Event-triggered control (ETC) and self-triggered control (STC) are sample-and-hold control paradigms in which sensor data is only updated to the controller when necessary, often aperiodically, in contrast to the well-established periodic sampling paradigm. In ETC, a state-dependent event triggers a transmission, while in STC the controller decides when to request the next sample. The main objective of ETC and STC is to reduce sampling and transmissions when either sampling/transmitting is costly or network resources are scarce. However, despite years of development in the ETC/STC field, little is known about their sampling performances or how to accommodate the generated aperiodic traffic of multiple ETC systems in a shared communication medium. This dissertation presents methods to (i) schedule multiple ETC systems in a shared network, (ii) evaluate ETC systems' sampling performance, and (iii) creating STC strategies that improve ETC systems' sampling performance. In particular, we focus for the most part on ETC applied to linear time-invariant (LTI) systems.

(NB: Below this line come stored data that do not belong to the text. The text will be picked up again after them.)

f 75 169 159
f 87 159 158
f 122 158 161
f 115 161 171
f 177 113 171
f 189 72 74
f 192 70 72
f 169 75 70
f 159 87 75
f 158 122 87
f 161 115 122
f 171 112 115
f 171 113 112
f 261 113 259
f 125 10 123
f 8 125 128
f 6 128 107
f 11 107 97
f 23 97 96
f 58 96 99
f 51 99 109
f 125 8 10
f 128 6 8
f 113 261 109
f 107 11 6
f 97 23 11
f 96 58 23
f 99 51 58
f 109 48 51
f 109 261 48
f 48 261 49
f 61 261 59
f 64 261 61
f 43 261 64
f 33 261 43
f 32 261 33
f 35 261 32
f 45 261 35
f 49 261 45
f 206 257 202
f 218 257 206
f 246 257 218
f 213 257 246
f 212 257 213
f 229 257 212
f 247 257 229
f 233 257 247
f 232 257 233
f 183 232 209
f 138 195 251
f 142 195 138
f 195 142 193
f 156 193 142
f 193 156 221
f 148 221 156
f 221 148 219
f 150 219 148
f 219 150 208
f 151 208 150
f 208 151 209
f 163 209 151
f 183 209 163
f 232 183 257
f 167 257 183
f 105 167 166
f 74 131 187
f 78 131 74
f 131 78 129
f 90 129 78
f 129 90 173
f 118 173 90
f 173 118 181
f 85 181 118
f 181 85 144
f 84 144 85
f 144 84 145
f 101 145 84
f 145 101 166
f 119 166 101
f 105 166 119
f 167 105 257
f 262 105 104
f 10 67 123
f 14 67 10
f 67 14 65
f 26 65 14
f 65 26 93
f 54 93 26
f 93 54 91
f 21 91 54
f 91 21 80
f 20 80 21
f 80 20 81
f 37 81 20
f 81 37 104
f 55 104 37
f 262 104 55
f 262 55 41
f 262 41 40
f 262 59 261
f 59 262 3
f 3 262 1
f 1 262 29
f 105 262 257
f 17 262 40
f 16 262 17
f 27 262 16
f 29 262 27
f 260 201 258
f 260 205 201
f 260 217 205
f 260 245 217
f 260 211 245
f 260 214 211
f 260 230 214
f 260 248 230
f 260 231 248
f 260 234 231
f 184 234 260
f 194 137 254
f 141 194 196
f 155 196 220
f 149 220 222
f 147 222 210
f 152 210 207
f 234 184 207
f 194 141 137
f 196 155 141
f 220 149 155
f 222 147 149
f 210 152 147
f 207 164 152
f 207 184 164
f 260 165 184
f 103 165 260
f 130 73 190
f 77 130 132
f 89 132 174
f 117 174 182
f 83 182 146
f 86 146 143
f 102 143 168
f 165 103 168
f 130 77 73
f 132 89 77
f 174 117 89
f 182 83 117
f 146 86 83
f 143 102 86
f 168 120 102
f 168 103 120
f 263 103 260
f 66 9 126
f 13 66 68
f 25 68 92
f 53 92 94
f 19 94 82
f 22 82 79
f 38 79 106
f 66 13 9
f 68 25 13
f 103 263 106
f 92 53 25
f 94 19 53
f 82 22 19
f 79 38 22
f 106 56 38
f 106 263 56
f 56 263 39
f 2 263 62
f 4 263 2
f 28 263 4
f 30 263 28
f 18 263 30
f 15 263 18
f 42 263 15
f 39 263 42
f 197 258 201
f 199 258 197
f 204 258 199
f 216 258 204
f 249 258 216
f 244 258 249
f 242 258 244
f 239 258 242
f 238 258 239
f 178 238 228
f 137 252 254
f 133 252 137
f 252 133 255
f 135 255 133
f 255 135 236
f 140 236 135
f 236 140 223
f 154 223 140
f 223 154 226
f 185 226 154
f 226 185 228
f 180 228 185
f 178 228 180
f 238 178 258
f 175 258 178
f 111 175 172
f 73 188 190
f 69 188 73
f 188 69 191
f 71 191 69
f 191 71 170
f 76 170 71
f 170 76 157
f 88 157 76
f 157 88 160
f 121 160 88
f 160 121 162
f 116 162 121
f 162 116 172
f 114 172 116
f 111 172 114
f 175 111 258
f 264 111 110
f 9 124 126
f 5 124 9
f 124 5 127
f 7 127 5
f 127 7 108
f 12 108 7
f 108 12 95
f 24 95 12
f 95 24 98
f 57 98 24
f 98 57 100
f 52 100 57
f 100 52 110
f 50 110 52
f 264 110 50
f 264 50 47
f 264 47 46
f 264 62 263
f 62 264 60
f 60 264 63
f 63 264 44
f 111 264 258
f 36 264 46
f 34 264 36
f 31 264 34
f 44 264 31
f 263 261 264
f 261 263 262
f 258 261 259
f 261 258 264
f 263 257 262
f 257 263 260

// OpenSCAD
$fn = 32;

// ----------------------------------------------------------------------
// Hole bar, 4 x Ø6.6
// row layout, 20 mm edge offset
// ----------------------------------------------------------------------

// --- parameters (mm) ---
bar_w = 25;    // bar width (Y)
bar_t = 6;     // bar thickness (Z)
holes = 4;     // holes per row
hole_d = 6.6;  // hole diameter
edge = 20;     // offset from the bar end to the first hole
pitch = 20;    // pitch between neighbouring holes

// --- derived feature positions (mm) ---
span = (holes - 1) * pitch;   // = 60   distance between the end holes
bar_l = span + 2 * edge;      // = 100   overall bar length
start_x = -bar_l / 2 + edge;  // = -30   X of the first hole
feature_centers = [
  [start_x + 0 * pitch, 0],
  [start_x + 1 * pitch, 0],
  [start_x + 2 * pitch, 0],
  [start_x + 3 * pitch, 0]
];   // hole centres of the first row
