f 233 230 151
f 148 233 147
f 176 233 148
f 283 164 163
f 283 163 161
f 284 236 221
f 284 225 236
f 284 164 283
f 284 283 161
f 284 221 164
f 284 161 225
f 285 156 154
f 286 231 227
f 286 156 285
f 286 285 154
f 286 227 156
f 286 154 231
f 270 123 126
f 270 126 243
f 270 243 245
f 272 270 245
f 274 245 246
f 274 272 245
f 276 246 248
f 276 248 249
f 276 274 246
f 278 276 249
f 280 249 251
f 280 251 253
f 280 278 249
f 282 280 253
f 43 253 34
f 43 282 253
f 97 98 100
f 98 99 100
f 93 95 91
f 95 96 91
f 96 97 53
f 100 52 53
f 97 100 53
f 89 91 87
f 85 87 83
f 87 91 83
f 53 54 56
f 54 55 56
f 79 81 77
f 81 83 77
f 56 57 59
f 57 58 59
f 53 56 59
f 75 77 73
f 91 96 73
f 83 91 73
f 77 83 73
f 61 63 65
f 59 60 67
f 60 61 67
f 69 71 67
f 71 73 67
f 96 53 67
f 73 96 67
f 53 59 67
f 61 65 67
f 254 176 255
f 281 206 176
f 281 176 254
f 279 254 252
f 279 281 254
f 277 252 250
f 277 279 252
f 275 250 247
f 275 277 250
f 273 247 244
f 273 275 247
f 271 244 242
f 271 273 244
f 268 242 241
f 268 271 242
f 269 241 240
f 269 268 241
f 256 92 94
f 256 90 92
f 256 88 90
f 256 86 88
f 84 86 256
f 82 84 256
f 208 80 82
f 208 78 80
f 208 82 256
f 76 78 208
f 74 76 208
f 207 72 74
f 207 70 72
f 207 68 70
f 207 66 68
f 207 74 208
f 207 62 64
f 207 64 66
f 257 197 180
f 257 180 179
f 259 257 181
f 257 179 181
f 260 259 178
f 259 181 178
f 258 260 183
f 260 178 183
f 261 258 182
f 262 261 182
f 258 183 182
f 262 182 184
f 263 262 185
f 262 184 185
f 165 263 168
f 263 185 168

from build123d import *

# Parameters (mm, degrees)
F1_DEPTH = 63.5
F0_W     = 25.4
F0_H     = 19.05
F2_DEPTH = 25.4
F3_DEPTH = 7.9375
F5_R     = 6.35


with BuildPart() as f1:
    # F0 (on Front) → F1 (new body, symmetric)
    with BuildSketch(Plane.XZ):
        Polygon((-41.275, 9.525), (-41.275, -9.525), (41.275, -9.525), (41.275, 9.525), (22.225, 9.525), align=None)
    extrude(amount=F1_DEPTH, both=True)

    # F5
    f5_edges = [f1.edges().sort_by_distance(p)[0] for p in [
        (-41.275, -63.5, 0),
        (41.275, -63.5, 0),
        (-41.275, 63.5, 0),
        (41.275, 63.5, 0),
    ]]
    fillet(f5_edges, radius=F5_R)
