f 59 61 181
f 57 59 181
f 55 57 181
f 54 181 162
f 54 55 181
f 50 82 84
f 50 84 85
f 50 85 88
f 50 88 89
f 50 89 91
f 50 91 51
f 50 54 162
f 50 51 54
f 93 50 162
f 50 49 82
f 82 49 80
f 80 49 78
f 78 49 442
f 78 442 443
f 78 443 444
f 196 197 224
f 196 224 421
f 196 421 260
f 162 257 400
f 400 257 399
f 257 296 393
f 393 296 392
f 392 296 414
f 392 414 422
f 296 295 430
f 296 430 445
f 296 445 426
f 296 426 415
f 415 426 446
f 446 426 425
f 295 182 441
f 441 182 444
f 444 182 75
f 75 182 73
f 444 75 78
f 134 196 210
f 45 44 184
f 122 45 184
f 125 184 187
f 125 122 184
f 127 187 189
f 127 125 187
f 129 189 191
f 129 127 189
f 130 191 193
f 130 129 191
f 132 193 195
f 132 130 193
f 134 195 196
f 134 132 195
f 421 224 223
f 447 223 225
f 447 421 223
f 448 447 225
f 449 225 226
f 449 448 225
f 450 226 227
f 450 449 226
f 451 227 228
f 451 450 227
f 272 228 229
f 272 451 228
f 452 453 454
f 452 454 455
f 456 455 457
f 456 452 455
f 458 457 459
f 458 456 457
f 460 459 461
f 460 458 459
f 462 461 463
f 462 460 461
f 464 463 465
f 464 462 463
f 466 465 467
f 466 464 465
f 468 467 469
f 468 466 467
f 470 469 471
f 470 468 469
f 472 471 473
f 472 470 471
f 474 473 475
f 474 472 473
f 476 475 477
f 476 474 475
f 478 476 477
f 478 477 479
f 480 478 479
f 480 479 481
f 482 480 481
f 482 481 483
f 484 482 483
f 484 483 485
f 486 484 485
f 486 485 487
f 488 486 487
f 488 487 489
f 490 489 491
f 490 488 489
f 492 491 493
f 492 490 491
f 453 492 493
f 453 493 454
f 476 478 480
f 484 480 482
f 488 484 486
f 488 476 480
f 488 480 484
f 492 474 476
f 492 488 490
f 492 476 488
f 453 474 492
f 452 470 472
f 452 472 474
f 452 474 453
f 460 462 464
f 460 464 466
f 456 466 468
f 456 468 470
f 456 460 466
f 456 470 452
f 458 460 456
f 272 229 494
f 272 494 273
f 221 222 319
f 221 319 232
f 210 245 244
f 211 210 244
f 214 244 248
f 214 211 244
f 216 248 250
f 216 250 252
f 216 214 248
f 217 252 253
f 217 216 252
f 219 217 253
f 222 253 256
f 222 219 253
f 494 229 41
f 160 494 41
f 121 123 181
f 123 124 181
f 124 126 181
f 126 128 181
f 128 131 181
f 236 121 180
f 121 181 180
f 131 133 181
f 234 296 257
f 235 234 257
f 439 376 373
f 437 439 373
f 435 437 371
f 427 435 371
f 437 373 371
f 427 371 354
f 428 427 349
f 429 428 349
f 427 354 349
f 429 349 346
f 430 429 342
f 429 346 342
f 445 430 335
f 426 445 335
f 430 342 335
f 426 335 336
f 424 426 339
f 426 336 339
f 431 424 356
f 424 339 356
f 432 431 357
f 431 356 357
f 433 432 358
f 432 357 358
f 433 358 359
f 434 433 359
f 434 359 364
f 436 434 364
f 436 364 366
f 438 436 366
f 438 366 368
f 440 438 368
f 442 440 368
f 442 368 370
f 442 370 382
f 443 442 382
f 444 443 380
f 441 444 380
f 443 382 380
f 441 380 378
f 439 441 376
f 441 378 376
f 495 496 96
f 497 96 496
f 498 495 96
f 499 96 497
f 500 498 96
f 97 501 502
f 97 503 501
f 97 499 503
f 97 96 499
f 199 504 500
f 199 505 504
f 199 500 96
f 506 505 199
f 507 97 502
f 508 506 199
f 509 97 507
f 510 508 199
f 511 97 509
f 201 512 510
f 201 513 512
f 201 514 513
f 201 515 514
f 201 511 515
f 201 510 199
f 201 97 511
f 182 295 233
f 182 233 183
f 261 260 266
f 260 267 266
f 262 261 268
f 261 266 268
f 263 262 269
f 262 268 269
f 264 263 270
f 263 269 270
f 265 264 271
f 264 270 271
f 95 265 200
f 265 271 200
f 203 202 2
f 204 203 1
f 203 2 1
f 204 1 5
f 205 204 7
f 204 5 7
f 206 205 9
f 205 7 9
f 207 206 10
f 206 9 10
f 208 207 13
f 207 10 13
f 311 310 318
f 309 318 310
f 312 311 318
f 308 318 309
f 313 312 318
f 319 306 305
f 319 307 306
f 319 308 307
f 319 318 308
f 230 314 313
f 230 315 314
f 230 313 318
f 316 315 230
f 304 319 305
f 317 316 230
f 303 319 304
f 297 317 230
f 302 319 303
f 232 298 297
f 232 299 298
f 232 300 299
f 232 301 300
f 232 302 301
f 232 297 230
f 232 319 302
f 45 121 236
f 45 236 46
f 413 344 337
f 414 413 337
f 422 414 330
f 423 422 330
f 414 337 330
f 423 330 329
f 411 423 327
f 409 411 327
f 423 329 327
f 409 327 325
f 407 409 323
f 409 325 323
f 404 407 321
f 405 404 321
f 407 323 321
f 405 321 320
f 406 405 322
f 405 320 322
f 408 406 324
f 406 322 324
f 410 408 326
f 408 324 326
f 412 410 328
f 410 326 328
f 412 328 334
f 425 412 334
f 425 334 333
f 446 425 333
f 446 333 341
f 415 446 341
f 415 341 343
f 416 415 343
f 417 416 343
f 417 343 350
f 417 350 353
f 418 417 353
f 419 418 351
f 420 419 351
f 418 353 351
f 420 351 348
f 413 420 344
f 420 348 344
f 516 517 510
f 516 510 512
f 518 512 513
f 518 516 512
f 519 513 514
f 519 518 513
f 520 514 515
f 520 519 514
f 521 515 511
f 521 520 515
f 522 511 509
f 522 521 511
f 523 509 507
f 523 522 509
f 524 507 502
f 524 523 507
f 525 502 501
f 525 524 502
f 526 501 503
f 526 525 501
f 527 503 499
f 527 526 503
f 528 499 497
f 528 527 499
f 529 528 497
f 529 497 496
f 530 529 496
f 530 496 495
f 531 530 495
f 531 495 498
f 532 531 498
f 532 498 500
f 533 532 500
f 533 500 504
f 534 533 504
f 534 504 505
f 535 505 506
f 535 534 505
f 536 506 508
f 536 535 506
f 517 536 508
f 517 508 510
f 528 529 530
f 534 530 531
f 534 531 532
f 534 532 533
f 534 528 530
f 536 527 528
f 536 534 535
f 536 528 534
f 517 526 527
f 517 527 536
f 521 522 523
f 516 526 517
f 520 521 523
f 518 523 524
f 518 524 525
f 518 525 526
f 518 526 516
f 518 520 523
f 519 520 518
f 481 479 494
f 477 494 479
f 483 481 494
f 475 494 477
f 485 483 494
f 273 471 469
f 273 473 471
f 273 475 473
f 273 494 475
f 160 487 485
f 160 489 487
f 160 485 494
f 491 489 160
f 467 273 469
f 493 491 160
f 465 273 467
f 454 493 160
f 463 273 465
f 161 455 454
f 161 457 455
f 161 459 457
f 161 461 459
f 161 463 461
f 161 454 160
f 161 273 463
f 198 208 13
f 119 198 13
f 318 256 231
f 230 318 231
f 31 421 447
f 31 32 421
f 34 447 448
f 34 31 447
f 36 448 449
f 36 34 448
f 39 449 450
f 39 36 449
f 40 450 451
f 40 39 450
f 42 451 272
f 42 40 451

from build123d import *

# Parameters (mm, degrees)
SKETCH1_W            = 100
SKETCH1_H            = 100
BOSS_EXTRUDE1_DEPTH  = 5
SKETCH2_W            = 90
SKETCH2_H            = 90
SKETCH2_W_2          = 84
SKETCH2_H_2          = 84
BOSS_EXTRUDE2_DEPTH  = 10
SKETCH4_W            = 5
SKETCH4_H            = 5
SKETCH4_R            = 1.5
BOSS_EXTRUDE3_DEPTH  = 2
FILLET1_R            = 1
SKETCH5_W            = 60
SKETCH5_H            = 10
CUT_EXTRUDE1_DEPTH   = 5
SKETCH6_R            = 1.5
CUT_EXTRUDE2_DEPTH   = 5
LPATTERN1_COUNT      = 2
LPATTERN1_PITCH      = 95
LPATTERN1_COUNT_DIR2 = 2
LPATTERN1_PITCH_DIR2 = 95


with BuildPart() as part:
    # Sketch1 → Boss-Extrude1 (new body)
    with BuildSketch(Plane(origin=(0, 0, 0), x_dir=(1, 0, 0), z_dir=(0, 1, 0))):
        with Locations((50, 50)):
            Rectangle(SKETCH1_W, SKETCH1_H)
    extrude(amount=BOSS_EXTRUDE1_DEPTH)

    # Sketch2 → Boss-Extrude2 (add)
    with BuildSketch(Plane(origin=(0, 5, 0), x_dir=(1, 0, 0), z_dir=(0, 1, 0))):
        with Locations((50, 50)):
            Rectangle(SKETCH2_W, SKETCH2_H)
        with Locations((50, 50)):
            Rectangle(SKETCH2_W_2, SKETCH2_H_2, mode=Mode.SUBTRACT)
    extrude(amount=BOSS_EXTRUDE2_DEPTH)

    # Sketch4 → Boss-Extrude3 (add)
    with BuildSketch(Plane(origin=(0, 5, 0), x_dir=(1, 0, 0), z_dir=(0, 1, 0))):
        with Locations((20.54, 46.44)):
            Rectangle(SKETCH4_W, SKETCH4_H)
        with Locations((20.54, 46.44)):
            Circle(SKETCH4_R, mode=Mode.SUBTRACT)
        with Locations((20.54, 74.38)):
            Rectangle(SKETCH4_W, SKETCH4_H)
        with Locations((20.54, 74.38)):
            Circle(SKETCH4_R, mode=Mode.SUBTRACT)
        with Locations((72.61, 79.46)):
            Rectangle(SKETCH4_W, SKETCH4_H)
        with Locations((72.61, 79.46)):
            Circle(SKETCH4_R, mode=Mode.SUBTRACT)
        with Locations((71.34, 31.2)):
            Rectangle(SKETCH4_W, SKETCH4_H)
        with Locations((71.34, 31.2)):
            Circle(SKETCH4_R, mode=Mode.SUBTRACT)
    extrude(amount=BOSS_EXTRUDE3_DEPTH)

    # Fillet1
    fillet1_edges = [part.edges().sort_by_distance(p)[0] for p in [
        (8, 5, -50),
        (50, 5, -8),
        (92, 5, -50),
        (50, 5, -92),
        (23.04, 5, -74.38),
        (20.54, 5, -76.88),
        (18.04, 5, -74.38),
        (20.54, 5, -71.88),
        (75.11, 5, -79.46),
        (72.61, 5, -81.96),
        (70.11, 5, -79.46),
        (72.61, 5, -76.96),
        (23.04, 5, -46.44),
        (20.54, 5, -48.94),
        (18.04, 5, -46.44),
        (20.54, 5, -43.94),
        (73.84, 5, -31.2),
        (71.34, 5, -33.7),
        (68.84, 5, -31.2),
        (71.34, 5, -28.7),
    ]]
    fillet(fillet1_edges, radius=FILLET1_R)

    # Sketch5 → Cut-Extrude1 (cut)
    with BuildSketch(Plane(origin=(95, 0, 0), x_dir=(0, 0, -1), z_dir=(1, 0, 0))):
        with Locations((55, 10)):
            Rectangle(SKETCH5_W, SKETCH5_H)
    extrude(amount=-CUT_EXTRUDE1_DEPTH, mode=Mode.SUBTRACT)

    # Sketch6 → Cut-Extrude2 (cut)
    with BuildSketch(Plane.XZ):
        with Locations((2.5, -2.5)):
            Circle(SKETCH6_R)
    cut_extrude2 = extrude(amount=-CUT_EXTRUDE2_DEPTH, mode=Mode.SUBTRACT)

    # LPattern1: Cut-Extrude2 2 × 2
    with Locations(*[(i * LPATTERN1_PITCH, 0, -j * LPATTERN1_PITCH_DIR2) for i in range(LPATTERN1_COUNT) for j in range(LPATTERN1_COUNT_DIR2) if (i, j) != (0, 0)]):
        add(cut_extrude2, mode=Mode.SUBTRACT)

To solve these problems, we first model the timing behavior of ETC/STC systems, obtaining what we call traffic models. The states of a traffic model are the transmitted samples and its output is the elapsed time between consecutive transmissions, the inter-sample time (IST). These models are infinite-state systems that can exhibit very complex—even chaotic—behavior, as we demonstrate. To solve synthesis problems such as scheduling and optimal STC sampling strategies, we augment the models with early-sampling choices, which are guaranteed to preserve control stability and performance. The models are then abstracted into finite-state systems or timed automata, on which many of our problems can be computationally solved. Using these abstractions, the obtained schedulers are always valid for the real systems, and the obtained metrics are always formal bounds to the real system's performance.
Our abstraction method is based on quotient and l-complete systems. That is, we partition the state-space into regions, each region comprising all states whose next IST, or next sequence of l ISTs, is the same. This is made possible by observing that periodic ETC (PETC)—a practical version of ETC where events are checked periodically—has a finite output set, and that each obtained region is described by an intersection of finitely many quadratic cones. The abstraction transitions, which enable predicting how samples and their corresponding ISTs evolve over time, can be computed exactly using nonlinear satisfiability-modulo-theories solvers, or approximately through convex semi-definite relaxations. Infinite periodic IST patterns arising from these abstractions can be verified to exist in the real traffic model via an eigenvector problem, which is central for solving problem (ii) exactly.
Our methodology comprises a comprehensive framework for solving qualitative (scheduling) and quantitative (sampling performance) problems for ETC and STC, as well as a computational machinery that automates these processes, ultimately consolidated in the open-source tool ETCetera. With the developed methods, we can show cases where ETC significantly outperforms periodic sampling in terms of average inter-sample time, and how to increase this performance further using look-ahead. We also manage to solve the ETC scheduling problem efficiently, which is helped by an abstraction minimization algorithm that we propose. In summary, this dissertation provides new tools to understand and manipulate ETC traffic, and ultimately casts new light on the practical relevance of ETC and STC.